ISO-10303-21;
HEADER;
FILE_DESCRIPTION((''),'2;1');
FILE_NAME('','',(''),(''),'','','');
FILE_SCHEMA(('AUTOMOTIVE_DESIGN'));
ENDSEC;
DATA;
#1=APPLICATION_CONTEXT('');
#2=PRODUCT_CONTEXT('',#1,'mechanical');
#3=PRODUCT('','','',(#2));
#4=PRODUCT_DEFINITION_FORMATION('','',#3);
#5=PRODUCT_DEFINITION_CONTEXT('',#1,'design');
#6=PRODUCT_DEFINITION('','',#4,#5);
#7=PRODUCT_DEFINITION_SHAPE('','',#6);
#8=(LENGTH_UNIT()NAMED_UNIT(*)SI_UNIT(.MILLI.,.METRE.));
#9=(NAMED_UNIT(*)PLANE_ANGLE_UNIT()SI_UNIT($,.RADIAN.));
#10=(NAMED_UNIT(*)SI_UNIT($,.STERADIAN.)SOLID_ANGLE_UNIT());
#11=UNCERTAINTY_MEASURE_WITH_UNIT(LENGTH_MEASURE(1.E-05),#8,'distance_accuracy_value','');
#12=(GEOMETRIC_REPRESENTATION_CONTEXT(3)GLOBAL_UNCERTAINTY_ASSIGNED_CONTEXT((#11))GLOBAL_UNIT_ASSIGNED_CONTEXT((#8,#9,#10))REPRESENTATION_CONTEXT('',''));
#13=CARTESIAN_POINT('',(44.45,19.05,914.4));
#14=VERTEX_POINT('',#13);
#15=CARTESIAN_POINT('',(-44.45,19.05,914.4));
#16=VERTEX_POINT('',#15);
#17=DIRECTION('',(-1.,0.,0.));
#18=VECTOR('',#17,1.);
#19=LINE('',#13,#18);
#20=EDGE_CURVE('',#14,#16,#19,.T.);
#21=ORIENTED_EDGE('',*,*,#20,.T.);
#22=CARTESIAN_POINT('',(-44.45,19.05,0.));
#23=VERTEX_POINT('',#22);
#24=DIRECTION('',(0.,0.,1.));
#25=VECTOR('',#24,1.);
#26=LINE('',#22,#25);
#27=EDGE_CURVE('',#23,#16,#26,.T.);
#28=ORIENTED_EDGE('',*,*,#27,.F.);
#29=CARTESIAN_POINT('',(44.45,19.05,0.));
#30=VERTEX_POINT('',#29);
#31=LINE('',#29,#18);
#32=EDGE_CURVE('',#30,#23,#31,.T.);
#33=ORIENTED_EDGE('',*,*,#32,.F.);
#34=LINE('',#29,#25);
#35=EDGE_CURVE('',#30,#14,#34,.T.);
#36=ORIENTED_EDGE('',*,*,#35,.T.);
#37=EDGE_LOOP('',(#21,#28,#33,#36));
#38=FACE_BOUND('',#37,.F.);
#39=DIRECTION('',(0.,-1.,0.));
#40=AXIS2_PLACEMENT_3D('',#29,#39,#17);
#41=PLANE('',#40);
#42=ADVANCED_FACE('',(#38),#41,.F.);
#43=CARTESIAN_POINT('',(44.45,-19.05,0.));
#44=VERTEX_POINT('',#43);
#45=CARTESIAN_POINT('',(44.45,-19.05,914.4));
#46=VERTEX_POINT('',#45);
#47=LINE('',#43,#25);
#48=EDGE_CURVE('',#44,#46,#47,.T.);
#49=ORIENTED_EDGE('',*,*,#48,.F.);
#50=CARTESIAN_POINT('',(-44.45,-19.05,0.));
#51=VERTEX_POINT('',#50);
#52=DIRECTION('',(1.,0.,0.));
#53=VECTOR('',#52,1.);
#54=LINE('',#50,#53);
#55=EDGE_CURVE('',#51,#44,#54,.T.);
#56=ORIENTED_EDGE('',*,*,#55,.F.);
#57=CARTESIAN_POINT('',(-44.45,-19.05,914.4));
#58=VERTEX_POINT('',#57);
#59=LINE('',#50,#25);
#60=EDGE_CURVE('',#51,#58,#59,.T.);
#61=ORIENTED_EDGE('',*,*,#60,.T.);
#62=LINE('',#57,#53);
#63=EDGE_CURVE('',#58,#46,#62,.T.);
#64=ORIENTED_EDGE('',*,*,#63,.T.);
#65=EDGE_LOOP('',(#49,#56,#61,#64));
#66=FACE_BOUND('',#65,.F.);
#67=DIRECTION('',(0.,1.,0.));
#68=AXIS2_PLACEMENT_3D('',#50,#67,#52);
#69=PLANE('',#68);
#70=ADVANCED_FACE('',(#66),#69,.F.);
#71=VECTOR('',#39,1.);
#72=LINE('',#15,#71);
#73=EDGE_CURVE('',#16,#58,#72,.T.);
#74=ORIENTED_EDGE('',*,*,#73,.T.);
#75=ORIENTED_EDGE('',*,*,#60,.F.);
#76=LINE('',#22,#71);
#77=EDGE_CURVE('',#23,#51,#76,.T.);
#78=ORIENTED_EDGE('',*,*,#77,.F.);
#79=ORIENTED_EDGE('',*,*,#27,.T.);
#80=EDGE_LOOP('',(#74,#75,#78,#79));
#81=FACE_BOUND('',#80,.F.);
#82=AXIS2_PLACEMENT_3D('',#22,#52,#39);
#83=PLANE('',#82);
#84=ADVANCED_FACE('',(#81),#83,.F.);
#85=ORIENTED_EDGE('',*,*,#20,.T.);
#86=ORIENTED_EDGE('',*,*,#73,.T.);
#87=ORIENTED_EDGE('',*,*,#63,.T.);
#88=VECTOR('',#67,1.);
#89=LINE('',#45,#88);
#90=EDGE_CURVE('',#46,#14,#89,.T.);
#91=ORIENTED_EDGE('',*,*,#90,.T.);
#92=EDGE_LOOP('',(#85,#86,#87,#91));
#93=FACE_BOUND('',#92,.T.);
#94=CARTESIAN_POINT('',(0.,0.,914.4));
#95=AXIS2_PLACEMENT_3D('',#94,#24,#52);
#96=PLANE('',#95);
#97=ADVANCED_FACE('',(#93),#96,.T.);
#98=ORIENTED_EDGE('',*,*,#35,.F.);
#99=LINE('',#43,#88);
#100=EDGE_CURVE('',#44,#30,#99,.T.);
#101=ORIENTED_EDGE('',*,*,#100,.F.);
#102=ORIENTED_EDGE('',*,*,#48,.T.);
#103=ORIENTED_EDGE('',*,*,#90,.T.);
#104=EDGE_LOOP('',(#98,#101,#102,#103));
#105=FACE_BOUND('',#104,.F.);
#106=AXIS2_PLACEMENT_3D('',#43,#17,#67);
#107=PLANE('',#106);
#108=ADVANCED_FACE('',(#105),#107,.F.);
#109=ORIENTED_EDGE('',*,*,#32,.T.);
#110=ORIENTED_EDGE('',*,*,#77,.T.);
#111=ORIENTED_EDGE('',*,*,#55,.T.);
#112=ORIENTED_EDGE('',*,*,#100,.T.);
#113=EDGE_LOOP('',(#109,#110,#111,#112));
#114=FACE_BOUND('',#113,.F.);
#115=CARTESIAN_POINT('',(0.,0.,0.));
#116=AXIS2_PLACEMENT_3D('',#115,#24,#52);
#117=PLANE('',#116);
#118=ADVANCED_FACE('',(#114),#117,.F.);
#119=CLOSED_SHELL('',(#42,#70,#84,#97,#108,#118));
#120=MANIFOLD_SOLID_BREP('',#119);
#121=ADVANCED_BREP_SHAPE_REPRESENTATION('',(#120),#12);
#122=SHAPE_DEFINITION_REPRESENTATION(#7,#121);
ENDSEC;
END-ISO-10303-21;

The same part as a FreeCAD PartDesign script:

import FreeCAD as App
import Part
import Sketcher
Q = App.Units.Quantity


def add_polygon(sketch, points):
    """Adds a closed chain of lines whose ends are joined by coincident constraints."""
    first, n = sketch.GeometryCount, len(points)
    for a, b in zip(points, points[1:] + points[:1]):
        sketch.addGeometry(Part.LineSegment(App.Vector(*a, 0), App.Vector(*b, 0)), False)
    for i in range(n):
        sketch.addConstraint(Sketcher.Constraint("Coincident", first + i, 2, first + (i + 1) % n, 1))

doc = App.newDocument("Part")
body = doc.addObject("PartDesign::Body", "Body")

sketch1 = body.newObject("Sketcher::SketchObject", "Sketch")
sketch1.AttachmentSupport = (doc.getObject("XY_Plane"), [""])
sketch1.MapMode = "FlatFace"
add_polygon(sketch1, [(-44, 19), (-44, -19), (44, -19), (44, 19)])
sketch1.addConstraint(Sketcher.Constraint("Vertical", 0))
sketch1.addConstraint(Sketcher.Constraint("Horizontal", 1))
sketch1.addConstraint(Sketcher.Constraint("Vertical", 2))
sketch1.addConstraint(Sketcher.Constraint("Horizontal", 3))
sketch1.addConstraint(Sketcher.Constraint("Symmetric", 0, 2, 2, 2, -1, 1))
sketch1.addConstraint(Sketcher.Constraint("DistanceX", 1, 1, 1, 2, Q("3.5 in")))
sketch1.addConstraint(Sketcher.Constraint("DistanceY", 0, 2, 0, 1, Q("1.5 in")))
pad1 = body.newObject("PartDesign::Pad", "Pad")
pad1.Profile = sketch1
pad1.Length = Q("36 in")

doc.recompute()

#### What this task involves:
From the listing above, repeat exactly the lines starting at the line that includes "FILE_NAME('','',(''),(''),'','','');" and ending at the line that includes "#59=LINE('',#50,#25);", with nothing outside that span.

#### Response below:
FILE_NAME('','',(''),(''),'','','');
FILE_SCHEMA(('AUTOMOTIVE_DESIGN'));
ENDSEC;
DATA;
#1=APPLICATION_CONTEXT('');
#2=PRODUCT_CONTEXT('',#1,'mechanical');
#3=PRODUCT('','','',(#2));
#4=PRODUCT_DEFINITION_FORMATION('','',#3);
#5=PRODUCT_DEFINITION_CONTEXT('',#1,'design');
#6=PRODUCT_DEFINITION('','',#4,#5);
#7=PRODUCT_DEFINITION_SHAPE('','',#6);
#8=(LENGTH_UNIT()NAMED_UNIT(*)SI_UNIT(.MILLI.,.METRE.));
#9=(NAMED_UNIT(*)PLANE_ANGLE_UNIT()SI_UNIT($,.RADIAN.));
#10=(NAMED_UNIT(*)SI_UNIT($,.STERADIAN.)SOLID_ANGLE_UNIT());
#11=UNCERTAINTY_MEASURE_WITH_UNIT(LENGTH_MEASURE(1.E-05),#8,'distance_accuracy_value','');
#12=(GEOMETRIC_REPRESENTATION_CONTEXT(3)GLOBAL_UNCERTAINTY_ASSIGNED_CONTEXT((#11))GLOBAL_UNIT_ASSIGNED_CONTEXT((#8,#9,#10))REPRESENTATION_CONTEXT('',''));
#13=CARTESIAN_POINT('',(44.45,19.05,914.4));
#14=VERTEX_POINT('',#13);
#15=CARTESIAN_POINT('',(-44.45,19.05,914.4));
#16=VERTEX_POINT('',#15);
#17=DIRECTION('',(-1.,0.,0.));
#18=VECTOR('',#17,1.);
#19=LINE('',#13,#18);
#20=EDGE_CURVE('',#14,#16,#19,.T.);
#21=ORIENTED_EDGE('',*,*,#20,.T.);
#22=CARTESIAN_POINT('',(-44.45,19.05,0.));
#23=VERTEX_POINT('',#22);
#24=DIRECTION('',(0.,0.,1.));
#25=VECTOR('',#24,1.);
#26=LINE('',#22,#25);
#27=EDGE_CURVE('',#23,#16,#26,.T.);
#28=ORIENTED_EDGE('',*,*,#27,.F.);
#29=CARTESIAN_POINT('',(44.45,19.05,0.));
#30=VERTEX_POINT('',#29);
#31=LINE('',#29,#18);
#32=EDGE_CURVE('',#30,#23,#31,.T.);
#33=ORIENTED_EDGE('',*,*,#32,.F.);
#34=LINE('',#29,#25);
#35=EDGE_CURVE('',#30,#14,#34,.T.);
#36=ORIENTED_EDGE('',*,*,#35,.T.);
#37=EDGE_LOOP('',(#21,#28,#33,#36));
#38=FACE_BOUND('',#37,.F.);
#39=DIRECTION('',(0.,-1.,0.));
#40=AXIS2_PLACEMENT_3D('',#29,#39,#17);
#41=PLANE('',#40);
#42=ADVANCED_FACE('',(#38),#41,.F.);
#43=CARTESIAN_POINT('',(44.45,-19.05,0.));
#44=VERTEX_POINT('',#43);
#45=CARTESIAN_POINT('',(44.45,-19.05,914.4));
#46=VERTEX_POINT('',#45);
#47=LINE('',#43,#25);
#48=EDGE_CURVE('',#44,#46,#47,.T.);
#49=ORIENTED_EDGE('',*,*,#48,.F.);
#50=CARTESIAN_POINT('',(-44.45,-19.05,0.));
#51=VERTEX_POINT('',#50);
#52=DIRECTION('',(1.,0.,0.));
#53=VECTOR('',#52,1.);
#54=LINE('',#50,#53);
#55=EDGE_CURVE('',#51,#44,#54,.T.);
#56=ORIENTED_EDGE('',*,*,#55,.F.);
#57=CARTESIAN_POINT('',(-44.45,-19.05,914.4));
#58=VERTEX_POINT('',#57);
#59=LINE('',#50,#25);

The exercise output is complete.